Jim was smiling that charming smile that usually won over his husband's
heart. But Spock hardened his; this was serious and it had to be
addressed. He couldn't very well stand there and make a scene in front of the Admiral's staff, however. So he capitulated.
"Very well, Admiral. 1700 hours then?"
Jim nodded, abashed by the serious manner of the man in front of him.
But when Spock turned and left the office, he rubbed his eyes. He knew
this adjustment hadn't been easy on either of them. But why didn't
Spock understand? He wasn't any spring chicken anymore. Gallivanting
around the galaxy was for the young, wasn't it? He resolutely pushed
their week long argument to the back of his mind. He had to get these
reports out before the meeting.
He managed to be only an hour late. He'd called. Spock was icy as he met him at the door.
They ate in silence. Spock picked at the pasta he'd made and then had
to place into the stasis unit to wait, but in the end pushed his plate
away and sighed. He did not like arguing with his husband. But this was
killing them. Spock was not happy simply guiding cadets through
classes. He did not want a captaincy. He did not feel ready to simply
teach. There was valuable work to do. His father had offered him a seat
in the diplomacy channel and he did not want that-yet-- but it would
help him further his goals he once had held, of working to end the
endless skirmishes and war state between the Federation and Klingon and Rihannsu Empires.

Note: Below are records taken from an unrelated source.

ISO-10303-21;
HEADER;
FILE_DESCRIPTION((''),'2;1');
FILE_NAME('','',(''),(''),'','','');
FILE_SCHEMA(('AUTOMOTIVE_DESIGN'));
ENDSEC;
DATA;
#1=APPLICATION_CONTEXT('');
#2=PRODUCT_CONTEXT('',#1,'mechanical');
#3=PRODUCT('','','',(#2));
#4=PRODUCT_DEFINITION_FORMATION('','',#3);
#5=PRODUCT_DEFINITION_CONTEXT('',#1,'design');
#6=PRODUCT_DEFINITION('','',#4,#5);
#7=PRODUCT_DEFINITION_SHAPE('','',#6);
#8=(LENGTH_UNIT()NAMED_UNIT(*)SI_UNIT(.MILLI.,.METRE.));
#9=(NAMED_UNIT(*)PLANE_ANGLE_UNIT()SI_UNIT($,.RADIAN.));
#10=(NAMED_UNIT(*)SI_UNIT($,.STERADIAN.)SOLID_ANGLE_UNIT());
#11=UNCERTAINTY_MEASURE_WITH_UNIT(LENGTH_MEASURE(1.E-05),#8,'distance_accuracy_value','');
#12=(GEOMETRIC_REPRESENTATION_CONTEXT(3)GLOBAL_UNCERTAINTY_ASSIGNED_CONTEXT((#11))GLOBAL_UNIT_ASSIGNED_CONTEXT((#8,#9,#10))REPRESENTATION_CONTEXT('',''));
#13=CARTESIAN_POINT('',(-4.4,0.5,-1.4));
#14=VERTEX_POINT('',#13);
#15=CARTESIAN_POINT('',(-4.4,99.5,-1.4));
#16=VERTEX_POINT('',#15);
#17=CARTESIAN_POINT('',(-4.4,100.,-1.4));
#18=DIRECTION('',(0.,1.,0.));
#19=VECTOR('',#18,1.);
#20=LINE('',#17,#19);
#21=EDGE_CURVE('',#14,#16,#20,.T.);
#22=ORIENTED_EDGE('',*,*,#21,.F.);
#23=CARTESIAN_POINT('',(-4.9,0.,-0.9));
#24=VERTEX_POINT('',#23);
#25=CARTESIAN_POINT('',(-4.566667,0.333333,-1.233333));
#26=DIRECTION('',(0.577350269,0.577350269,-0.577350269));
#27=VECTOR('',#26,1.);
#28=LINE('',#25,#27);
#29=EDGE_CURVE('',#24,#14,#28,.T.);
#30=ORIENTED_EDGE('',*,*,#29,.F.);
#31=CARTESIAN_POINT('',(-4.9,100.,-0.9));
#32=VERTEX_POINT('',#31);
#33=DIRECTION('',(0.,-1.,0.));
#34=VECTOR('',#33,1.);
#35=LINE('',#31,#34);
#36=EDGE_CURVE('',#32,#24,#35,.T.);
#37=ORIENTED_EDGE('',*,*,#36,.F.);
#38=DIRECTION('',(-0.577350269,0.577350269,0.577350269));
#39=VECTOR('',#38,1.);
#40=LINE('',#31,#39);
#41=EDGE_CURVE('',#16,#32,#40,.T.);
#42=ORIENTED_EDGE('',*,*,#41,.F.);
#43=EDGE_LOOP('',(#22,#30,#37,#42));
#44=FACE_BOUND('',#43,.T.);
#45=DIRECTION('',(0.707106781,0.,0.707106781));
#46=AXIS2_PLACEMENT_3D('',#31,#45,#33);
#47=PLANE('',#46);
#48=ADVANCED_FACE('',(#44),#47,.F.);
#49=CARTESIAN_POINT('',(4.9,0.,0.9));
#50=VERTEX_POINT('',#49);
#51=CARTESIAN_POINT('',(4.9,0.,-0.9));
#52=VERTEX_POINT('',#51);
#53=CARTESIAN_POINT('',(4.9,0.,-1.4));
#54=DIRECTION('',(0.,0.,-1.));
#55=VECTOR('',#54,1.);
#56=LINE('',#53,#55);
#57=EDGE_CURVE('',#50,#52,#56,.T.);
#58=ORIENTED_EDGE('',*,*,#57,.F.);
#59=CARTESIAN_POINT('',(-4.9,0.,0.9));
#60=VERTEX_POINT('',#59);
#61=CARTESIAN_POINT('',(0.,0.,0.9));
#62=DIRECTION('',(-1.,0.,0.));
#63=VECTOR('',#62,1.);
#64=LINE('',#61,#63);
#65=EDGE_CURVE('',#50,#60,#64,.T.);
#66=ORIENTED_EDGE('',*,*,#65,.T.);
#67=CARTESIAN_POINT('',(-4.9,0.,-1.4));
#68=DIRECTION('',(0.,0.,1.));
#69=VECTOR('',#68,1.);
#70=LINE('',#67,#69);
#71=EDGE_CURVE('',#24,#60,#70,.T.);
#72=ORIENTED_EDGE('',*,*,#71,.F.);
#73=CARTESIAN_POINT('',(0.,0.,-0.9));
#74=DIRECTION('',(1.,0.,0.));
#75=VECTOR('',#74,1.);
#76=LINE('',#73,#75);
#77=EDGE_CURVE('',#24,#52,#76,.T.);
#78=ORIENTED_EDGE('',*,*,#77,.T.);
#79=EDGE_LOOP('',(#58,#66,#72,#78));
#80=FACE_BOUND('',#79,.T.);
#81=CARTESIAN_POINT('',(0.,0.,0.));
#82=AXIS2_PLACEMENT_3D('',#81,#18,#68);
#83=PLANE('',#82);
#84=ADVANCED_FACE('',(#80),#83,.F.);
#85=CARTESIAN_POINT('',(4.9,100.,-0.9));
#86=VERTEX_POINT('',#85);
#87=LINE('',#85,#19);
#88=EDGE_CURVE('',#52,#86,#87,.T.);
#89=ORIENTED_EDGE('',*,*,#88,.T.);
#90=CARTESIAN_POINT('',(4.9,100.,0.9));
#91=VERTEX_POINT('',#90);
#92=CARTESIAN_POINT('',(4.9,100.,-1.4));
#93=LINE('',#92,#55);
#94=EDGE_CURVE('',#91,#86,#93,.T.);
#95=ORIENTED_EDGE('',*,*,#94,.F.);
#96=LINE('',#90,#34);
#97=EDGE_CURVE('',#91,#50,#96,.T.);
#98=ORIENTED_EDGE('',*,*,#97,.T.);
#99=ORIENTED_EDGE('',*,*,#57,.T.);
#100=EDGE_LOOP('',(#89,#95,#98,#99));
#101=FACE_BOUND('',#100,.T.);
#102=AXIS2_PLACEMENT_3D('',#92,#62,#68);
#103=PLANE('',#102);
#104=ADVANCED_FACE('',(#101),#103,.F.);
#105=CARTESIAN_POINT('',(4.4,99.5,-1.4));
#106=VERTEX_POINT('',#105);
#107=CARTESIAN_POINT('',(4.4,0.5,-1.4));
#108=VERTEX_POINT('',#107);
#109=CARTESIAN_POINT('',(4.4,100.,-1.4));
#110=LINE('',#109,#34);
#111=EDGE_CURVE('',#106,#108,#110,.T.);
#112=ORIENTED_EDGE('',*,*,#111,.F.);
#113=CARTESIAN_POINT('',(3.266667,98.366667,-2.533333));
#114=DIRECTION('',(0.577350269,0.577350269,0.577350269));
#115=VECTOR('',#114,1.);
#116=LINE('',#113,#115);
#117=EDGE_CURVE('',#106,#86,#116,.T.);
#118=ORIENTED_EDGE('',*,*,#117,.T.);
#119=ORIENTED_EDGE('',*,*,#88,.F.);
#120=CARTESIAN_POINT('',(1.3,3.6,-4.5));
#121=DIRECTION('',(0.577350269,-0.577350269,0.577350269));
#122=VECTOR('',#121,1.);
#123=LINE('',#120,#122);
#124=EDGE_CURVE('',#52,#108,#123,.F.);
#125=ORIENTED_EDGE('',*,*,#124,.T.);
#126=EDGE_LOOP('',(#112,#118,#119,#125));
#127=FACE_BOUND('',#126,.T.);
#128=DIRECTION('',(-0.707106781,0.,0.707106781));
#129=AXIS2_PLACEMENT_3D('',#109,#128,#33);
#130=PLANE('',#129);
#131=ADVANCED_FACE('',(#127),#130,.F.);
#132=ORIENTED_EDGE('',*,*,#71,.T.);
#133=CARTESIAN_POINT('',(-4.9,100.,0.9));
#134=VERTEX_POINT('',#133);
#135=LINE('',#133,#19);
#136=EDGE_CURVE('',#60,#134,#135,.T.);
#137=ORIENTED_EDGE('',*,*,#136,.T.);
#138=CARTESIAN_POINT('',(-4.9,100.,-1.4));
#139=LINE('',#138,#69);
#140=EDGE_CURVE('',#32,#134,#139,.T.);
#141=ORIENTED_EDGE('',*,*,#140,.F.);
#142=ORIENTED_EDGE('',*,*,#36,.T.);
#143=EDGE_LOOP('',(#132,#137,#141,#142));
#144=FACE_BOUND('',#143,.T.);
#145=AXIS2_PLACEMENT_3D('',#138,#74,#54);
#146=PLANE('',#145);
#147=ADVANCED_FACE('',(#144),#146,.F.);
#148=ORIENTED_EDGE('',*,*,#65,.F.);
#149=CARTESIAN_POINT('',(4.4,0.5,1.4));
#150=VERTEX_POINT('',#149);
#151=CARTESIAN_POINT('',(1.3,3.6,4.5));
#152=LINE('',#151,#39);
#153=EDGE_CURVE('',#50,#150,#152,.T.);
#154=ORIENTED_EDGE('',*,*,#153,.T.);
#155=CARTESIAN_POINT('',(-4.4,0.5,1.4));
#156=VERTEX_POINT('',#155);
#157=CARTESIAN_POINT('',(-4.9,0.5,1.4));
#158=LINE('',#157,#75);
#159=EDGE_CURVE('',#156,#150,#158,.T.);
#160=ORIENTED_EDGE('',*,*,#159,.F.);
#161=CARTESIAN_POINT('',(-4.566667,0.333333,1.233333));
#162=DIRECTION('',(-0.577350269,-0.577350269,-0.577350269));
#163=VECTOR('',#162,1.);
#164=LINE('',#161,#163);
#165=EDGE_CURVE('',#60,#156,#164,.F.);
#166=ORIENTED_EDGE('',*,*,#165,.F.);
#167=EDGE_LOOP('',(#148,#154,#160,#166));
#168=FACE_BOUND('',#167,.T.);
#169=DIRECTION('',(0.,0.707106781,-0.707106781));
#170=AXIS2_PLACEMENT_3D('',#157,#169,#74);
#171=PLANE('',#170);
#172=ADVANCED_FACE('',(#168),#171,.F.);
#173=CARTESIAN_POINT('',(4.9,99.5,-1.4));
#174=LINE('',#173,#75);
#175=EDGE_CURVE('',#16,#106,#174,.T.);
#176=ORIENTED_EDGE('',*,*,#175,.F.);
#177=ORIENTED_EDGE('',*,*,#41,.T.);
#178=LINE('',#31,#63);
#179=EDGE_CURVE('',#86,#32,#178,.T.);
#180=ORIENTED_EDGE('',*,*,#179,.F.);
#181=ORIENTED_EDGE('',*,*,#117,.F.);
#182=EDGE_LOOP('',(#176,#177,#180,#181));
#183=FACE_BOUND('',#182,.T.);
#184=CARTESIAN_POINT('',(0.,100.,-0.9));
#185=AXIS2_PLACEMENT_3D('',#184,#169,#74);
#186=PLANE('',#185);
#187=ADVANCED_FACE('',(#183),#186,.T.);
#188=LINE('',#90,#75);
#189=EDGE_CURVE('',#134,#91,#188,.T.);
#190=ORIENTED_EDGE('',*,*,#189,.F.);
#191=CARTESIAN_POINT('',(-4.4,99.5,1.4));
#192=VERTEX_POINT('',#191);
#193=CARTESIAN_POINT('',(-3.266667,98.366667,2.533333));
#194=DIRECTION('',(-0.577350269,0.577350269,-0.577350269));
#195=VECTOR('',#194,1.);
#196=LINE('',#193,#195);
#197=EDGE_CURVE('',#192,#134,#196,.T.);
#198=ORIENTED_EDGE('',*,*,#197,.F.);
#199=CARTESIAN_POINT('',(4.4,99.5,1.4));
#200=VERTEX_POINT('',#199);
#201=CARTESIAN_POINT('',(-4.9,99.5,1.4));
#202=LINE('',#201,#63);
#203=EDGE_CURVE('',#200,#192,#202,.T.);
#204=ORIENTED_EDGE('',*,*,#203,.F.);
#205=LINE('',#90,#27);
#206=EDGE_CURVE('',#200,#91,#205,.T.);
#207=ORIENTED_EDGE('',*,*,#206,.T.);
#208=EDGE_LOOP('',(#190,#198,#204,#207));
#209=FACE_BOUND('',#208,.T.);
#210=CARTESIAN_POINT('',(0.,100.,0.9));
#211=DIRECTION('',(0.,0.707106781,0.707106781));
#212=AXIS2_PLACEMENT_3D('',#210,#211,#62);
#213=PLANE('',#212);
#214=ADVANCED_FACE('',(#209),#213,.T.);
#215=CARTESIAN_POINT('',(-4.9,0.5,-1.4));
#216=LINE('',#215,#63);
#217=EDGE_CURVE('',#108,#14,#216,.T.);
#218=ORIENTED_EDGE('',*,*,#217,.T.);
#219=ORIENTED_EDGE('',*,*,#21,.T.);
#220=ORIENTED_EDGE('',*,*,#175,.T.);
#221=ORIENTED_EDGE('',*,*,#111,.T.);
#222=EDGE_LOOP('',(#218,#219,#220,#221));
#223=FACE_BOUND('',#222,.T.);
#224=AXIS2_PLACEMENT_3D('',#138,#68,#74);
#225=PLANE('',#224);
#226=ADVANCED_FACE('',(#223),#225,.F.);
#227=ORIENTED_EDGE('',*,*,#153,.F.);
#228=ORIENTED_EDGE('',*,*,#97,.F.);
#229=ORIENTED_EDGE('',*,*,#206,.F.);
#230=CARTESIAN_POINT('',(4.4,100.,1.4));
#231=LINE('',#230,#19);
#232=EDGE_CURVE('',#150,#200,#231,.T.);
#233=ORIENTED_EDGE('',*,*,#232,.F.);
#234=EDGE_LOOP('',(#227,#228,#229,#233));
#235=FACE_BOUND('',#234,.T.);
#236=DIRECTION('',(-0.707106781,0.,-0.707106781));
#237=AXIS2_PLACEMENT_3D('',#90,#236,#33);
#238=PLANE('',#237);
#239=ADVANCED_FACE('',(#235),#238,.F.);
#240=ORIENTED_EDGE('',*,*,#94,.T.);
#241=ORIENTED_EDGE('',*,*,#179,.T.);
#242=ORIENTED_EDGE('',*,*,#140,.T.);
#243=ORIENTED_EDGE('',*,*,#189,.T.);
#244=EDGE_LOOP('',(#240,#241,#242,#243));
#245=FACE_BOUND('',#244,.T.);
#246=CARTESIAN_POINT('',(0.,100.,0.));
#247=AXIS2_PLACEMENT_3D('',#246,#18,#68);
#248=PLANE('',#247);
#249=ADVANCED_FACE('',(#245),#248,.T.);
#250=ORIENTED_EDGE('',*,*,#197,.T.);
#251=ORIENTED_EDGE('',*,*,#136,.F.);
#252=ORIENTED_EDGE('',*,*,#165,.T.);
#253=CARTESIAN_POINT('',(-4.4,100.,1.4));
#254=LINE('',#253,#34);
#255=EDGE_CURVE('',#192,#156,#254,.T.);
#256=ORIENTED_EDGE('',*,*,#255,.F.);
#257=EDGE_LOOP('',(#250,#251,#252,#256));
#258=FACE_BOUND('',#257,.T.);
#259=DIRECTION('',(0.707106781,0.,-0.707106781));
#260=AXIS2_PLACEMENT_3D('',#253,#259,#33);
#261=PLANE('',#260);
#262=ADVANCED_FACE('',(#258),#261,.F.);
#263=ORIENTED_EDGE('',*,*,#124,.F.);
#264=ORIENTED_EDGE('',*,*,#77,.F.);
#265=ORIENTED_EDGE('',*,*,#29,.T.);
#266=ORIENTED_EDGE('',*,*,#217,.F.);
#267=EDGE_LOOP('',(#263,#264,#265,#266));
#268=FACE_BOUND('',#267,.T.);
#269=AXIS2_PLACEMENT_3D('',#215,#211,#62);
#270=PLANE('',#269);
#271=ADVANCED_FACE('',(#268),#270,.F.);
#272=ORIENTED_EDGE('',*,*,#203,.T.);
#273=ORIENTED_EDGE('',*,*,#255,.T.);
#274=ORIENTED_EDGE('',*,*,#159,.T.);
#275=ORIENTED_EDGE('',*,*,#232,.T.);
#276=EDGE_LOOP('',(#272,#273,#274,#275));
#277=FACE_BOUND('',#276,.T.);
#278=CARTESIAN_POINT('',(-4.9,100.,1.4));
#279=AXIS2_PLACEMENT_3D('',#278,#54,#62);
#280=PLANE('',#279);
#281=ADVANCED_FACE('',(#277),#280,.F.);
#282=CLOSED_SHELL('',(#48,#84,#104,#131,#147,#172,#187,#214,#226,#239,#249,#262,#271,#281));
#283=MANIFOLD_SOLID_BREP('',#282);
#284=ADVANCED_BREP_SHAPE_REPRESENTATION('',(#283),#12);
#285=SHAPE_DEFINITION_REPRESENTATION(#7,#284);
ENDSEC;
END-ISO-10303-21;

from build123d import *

# Parameters (mm, degrees)
SKETCH1_W           = 9.8
SKETCH1_H           = 2.8
BOSS_EXTRUDE1_DEPTH = 100
CHAMFER1_SIZE       = 0.5


with BuildPart() as part:
    # Sketch1 → Boss-Extrude1 (new body)
    with BuildSketch(Plane(origin=(0, 0, 0), x_dir=(1, 0, 0), z_dir=(0, 1, 0))):
        Rectangle(SKETCH1_W, SKETCH1_H)
    extrude(amount=BOSS_EXTRUDE1_DEPTH)

    # Chamfer1
    chamfer1_edges = [part.edges().sort_by_distance(p)[0] for p in [
        (0, 100, 1.4),
        (0, 0, 1.4),
        (0, 0, -1.4),
        (4.9, 50, 1.4),
        (-4.9, 50, 1.4),
        (-4.9, 50, -1.4),
        (4.9, 50, -1.4),
        (0, 100, -1.4),
    ]]
    chamfer(chamfer1_edges, length=CHAMFER1_SIZE)


solid = part.part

"Jim." Spock was at a loss how to proceed. This constant bickering had
been wearing on them both. Jim's usual response was to end the fight by
hauling Spock into bed, and usually he cooperated, but not tonight.He
would not be distracted. "We MUST talk."
Jim helped his husband recycle the plates and clean the table. "Can't
we talk later, t'hy'la? I've got an awful kink in my neck, and," he
sidled up to the Vulcan and gave him the look, the one Spock usually
found irresistable. Spock steeled himself, while steering Jim to a
chair and working his fingers into the knot he found there. Jim sighed,
relaxing at last.
But the first stage of what usually led to a happy seduction was
interrupted. Spock was like a dog with a bone and would not simply let
go this time. "I cannot do this anymore, Jim. I am losing myself. And
you are losing yourself. This cannot go on."
Jim sighed and didn't answer. Maybe if he just leaned back into his
love's embrace...but Spock had finished and sat down next to him,
steepling his fingers.
"Look, Spock, Nogura says this is temporary. He's going to refit a
ship-not Enterprise, she's going to be a teaching ship, did you know?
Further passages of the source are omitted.